> **INSTRUCTIONS TO FOLLOW**
Search the listing for "VECTOR" and copy every line where it appears.

----- DATA SUPPLIED -----

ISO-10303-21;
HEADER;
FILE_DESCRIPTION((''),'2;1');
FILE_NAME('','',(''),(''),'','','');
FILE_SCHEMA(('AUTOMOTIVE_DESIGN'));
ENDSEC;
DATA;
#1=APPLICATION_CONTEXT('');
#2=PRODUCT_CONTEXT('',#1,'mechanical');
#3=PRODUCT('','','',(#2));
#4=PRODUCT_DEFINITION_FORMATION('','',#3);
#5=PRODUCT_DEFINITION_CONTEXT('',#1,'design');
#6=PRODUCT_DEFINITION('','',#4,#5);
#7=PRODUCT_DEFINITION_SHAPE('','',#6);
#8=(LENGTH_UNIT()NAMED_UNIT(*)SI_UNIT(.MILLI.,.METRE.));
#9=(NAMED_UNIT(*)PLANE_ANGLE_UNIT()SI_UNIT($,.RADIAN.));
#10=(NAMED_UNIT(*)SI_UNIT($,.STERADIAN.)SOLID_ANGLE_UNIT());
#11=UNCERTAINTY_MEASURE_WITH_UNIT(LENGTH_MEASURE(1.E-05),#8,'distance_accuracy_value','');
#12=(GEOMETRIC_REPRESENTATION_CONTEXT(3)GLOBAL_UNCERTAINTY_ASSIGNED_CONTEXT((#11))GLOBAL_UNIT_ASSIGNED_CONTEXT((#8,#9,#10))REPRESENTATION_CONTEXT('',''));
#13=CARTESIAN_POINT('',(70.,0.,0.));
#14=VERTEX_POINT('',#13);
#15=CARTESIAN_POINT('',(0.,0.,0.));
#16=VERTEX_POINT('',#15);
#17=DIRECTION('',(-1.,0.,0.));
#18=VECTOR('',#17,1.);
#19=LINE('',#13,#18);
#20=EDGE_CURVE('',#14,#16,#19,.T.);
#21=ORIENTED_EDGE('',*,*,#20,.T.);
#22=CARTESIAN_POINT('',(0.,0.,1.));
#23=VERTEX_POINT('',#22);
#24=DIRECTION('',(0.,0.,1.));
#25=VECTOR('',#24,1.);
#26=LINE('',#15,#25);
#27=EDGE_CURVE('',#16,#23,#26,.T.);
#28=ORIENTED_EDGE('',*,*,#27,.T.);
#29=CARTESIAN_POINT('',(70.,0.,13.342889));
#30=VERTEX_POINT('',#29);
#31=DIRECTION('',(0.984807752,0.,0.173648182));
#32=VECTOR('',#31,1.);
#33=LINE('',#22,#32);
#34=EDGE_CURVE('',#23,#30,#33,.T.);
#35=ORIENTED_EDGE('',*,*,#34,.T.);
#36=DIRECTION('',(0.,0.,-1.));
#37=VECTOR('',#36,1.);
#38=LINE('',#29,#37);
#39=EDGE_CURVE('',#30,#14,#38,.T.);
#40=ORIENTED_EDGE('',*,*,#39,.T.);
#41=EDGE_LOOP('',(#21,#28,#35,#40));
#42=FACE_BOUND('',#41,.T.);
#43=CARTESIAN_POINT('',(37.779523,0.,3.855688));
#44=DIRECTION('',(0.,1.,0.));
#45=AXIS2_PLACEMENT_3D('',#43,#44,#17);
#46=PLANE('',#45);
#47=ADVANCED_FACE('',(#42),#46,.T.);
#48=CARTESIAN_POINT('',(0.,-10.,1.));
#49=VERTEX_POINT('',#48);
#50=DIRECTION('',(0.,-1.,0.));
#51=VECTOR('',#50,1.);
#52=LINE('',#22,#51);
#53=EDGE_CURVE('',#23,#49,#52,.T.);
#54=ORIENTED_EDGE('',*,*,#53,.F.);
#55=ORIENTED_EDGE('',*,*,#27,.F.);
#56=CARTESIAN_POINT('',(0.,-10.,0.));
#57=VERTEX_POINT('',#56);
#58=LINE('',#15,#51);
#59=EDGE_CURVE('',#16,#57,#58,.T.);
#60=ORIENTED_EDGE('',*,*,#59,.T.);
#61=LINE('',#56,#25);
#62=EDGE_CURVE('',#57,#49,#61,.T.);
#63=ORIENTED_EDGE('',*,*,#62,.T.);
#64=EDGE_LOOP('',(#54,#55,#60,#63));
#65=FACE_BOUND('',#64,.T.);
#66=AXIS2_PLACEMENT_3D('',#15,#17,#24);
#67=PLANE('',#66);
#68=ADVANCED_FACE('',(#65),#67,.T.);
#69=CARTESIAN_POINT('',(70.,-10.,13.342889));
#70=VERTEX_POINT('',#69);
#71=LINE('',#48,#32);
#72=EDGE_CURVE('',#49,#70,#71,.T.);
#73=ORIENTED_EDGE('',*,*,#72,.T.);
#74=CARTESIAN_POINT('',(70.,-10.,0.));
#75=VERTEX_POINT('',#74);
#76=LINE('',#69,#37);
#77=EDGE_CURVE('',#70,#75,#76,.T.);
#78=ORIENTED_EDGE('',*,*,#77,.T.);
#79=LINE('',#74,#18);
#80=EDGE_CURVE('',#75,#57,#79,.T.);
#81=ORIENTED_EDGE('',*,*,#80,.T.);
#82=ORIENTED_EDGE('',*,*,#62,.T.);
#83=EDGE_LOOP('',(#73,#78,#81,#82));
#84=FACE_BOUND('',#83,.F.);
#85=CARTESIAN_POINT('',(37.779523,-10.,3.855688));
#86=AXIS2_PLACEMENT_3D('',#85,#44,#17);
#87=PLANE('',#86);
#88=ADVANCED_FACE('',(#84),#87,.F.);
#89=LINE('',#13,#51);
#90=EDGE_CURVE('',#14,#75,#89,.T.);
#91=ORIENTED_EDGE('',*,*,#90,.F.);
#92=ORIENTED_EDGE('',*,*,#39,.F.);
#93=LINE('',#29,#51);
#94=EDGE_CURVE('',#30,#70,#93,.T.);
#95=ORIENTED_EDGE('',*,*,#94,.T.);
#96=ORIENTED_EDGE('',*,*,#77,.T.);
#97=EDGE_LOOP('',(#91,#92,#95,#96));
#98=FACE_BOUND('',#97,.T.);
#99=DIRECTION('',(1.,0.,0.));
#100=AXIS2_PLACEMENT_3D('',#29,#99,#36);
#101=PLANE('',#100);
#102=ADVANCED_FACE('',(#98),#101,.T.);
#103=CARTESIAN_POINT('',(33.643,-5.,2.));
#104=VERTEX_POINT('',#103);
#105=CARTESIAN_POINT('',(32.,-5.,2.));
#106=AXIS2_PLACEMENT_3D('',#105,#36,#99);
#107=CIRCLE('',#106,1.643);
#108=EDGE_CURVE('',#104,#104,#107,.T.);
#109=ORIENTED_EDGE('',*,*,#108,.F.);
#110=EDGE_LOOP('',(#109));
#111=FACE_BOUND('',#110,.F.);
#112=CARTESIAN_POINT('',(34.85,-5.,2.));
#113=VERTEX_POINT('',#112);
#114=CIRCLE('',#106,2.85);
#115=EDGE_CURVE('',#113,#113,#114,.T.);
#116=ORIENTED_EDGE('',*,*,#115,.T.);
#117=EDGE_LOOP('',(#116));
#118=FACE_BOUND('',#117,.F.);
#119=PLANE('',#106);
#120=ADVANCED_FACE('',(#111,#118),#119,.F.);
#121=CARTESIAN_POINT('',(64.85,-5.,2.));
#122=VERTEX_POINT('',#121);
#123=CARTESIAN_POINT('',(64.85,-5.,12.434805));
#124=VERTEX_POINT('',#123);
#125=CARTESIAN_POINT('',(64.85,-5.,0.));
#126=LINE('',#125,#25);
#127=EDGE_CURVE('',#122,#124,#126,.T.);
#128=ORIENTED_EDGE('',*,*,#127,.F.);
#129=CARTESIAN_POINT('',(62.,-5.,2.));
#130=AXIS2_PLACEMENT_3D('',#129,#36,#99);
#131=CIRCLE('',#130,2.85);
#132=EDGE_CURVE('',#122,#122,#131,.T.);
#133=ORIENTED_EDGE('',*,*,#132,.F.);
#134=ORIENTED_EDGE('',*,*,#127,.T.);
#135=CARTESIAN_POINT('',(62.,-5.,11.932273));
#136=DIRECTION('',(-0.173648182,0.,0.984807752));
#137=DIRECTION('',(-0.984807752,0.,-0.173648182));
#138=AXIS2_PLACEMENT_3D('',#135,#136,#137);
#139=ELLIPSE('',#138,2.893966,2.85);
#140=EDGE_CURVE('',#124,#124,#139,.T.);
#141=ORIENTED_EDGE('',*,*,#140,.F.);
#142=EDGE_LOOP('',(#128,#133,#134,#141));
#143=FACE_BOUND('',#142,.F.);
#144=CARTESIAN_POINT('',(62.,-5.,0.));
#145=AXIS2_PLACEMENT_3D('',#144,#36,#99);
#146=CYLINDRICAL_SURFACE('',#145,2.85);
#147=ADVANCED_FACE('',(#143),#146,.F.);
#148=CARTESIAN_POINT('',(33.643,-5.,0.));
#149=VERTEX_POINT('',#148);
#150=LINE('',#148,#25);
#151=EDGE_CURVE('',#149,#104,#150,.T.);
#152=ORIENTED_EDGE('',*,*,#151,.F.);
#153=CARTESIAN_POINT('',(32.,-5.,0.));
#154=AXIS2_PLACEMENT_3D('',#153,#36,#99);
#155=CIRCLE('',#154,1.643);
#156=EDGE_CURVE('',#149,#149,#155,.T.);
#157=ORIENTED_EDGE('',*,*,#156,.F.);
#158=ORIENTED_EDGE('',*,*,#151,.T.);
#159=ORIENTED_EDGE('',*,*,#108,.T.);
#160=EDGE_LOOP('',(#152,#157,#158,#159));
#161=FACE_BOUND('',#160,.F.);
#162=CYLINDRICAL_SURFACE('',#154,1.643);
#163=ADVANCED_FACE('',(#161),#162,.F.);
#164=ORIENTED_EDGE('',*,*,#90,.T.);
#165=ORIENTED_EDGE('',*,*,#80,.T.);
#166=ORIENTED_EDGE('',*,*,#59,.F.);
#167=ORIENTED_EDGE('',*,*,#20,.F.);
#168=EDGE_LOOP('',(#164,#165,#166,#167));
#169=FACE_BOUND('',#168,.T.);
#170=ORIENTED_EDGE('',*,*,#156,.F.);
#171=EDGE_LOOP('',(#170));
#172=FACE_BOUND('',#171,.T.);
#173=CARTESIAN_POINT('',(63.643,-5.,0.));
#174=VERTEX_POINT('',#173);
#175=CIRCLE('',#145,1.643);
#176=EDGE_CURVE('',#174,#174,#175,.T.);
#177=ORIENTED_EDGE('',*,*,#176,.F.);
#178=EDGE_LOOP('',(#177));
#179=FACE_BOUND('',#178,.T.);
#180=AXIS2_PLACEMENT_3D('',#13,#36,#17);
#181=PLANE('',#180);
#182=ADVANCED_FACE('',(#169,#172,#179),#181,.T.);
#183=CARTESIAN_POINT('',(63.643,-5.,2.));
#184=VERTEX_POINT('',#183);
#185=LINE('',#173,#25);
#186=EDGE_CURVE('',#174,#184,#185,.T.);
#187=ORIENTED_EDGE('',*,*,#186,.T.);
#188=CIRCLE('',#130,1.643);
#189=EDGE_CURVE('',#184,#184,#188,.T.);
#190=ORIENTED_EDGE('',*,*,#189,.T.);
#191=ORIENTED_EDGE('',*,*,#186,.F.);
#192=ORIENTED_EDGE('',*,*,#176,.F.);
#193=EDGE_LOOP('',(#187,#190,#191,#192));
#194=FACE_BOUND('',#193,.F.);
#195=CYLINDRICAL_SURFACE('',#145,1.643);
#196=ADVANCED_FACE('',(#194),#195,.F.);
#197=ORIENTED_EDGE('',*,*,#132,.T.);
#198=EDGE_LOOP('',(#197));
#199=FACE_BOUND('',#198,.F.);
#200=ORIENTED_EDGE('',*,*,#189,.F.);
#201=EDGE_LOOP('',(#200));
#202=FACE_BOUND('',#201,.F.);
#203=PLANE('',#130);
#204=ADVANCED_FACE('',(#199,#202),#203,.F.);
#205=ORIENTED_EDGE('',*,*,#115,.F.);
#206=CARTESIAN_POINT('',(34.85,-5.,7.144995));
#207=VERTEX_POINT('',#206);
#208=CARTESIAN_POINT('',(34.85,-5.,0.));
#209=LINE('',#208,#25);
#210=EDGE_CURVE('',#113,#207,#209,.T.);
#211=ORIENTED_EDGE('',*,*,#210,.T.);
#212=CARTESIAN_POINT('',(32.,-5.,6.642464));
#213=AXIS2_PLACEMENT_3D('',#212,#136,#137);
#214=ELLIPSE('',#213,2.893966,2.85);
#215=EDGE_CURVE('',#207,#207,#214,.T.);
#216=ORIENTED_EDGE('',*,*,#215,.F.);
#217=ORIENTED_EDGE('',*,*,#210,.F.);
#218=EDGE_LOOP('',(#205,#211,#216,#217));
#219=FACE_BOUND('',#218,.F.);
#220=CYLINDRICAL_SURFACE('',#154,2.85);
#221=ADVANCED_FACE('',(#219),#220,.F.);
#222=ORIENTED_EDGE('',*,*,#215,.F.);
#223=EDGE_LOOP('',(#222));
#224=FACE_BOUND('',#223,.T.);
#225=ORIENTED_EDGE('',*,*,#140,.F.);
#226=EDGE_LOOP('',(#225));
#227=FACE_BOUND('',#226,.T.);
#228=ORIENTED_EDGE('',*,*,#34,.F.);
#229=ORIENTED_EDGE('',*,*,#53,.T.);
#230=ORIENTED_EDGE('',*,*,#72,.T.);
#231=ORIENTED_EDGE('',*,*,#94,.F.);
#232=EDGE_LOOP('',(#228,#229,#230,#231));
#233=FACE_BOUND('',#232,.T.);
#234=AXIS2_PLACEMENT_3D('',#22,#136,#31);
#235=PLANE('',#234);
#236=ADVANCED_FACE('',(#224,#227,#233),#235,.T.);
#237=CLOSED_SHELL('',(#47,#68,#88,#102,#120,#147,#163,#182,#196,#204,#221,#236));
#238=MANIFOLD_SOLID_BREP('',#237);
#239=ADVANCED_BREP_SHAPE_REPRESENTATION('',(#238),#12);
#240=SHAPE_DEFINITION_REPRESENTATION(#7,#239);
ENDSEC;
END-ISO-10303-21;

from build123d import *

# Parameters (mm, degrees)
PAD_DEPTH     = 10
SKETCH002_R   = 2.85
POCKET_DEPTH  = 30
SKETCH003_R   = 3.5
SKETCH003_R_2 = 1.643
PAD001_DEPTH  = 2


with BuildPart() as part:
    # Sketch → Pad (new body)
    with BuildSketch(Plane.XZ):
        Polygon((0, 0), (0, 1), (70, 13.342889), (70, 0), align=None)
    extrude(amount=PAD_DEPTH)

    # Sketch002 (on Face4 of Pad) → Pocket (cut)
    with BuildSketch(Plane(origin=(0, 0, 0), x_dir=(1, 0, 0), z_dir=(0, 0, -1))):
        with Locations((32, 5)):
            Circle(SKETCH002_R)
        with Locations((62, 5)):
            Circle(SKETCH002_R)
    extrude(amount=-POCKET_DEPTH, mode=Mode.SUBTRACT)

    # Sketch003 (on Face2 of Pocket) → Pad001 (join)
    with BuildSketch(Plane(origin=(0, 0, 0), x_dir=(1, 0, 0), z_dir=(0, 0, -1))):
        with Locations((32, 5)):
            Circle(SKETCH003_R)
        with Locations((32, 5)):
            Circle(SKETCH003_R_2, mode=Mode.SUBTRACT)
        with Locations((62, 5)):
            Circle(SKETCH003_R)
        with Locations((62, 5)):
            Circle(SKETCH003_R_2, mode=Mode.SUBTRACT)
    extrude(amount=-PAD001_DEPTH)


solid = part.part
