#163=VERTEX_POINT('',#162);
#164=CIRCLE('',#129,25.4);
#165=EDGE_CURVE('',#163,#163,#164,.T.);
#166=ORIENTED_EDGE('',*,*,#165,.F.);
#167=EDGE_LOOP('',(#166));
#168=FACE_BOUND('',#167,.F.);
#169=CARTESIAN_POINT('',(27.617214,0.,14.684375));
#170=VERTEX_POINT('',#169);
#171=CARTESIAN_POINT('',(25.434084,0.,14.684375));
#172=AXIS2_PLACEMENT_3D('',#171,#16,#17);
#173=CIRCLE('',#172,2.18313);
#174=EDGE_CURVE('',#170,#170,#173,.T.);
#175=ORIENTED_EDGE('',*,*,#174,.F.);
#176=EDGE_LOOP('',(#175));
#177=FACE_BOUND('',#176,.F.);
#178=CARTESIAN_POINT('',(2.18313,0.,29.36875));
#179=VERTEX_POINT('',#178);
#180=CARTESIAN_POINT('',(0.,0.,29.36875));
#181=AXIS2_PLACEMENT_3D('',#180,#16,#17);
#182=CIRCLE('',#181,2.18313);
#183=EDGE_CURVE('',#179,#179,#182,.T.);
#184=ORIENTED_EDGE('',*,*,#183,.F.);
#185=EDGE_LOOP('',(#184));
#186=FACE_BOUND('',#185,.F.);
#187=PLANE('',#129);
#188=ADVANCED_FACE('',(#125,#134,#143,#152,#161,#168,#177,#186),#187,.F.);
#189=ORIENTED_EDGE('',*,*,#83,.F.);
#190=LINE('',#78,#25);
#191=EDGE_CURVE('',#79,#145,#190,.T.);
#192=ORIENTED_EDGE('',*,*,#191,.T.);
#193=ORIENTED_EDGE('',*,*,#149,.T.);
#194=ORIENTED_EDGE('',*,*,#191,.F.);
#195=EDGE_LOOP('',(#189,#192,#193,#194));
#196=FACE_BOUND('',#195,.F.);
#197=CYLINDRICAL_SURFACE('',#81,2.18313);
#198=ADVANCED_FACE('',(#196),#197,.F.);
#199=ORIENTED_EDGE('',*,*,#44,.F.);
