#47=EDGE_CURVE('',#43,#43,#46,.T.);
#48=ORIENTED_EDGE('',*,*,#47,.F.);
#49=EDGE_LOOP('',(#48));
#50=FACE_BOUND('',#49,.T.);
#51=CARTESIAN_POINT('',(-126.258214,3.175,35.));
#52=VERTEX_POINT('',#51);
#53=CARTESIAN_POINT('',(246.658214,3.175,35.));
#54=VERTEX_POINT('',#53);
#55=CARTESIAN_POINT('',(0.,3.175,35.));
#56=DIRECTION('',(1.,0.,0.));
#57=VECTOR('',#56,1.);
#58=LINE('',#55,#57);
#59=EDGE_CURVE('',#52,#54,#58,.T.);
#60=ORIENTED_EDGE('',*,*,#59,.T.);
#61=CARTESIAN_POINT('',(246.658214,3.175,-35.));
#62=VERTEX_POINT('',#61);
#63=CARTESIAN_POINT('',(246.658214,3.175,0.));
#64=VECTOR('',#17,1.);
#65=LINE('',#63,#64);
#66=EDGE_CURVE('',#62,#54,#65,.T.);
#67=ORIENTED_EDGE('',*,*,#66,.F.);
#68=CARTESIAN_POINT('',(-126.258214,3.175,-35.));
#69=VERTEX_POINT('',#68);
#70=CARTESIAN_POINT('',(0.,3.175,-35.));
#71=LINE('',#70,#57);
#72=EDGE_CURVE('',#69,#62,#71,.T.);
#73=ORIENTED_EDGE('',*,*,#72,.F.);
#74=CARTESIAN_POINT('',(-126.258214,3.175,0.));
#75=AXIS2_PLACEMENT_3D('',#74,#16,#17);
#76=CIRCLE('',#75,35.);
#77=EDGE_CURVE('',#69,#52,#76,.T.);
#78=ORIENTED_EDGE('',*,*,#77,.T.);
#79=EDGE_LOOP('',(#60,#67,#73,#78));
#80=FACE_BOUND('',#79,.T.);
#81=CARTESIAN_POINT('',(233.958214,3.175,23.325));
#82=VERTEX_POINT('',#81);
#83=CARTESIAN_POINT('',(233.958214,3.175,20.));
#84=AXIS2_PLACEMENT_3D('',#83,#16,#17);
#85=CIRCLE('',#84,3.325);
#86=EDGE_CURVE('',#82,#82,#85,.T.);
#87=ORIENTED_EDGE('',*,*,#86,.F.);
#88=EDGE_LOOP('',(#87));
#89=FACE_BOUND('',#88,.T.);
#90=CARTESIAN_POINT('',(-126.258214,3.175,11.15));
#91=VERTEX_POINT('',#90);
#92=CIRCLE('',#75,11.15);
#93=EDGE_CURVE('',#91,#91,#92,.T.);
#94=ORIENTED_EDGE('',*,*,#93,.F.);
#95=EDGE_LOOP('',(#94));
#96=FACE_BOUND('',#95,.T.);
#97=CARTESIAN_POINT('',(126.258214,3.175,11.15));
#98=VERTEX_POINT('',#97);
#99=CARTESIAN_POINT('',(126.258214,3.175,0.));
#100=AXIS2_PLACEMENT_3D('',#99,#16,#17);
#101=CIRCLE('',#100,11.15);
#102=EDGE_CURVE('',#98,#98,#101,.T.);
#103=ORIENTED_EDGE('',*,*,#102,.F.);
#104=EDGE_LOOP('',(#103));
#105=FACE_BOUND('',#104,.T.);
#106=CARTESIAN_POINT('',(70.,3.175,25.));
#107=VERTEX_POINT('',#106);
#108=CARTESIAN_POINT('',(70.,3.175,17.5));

-----

> **OUTPUT BELOW**
#18=VECTOR('',#17,1.);
#25=VECTOR('',#24,1.);
#32=VECTOR('',#31,1.);
#37=VECTOR('',#36,1.);
#51=VECTOR('',#50,1.);
#57=VECTOR('',#56,1.);
#64=VECTOR('',#17,1.);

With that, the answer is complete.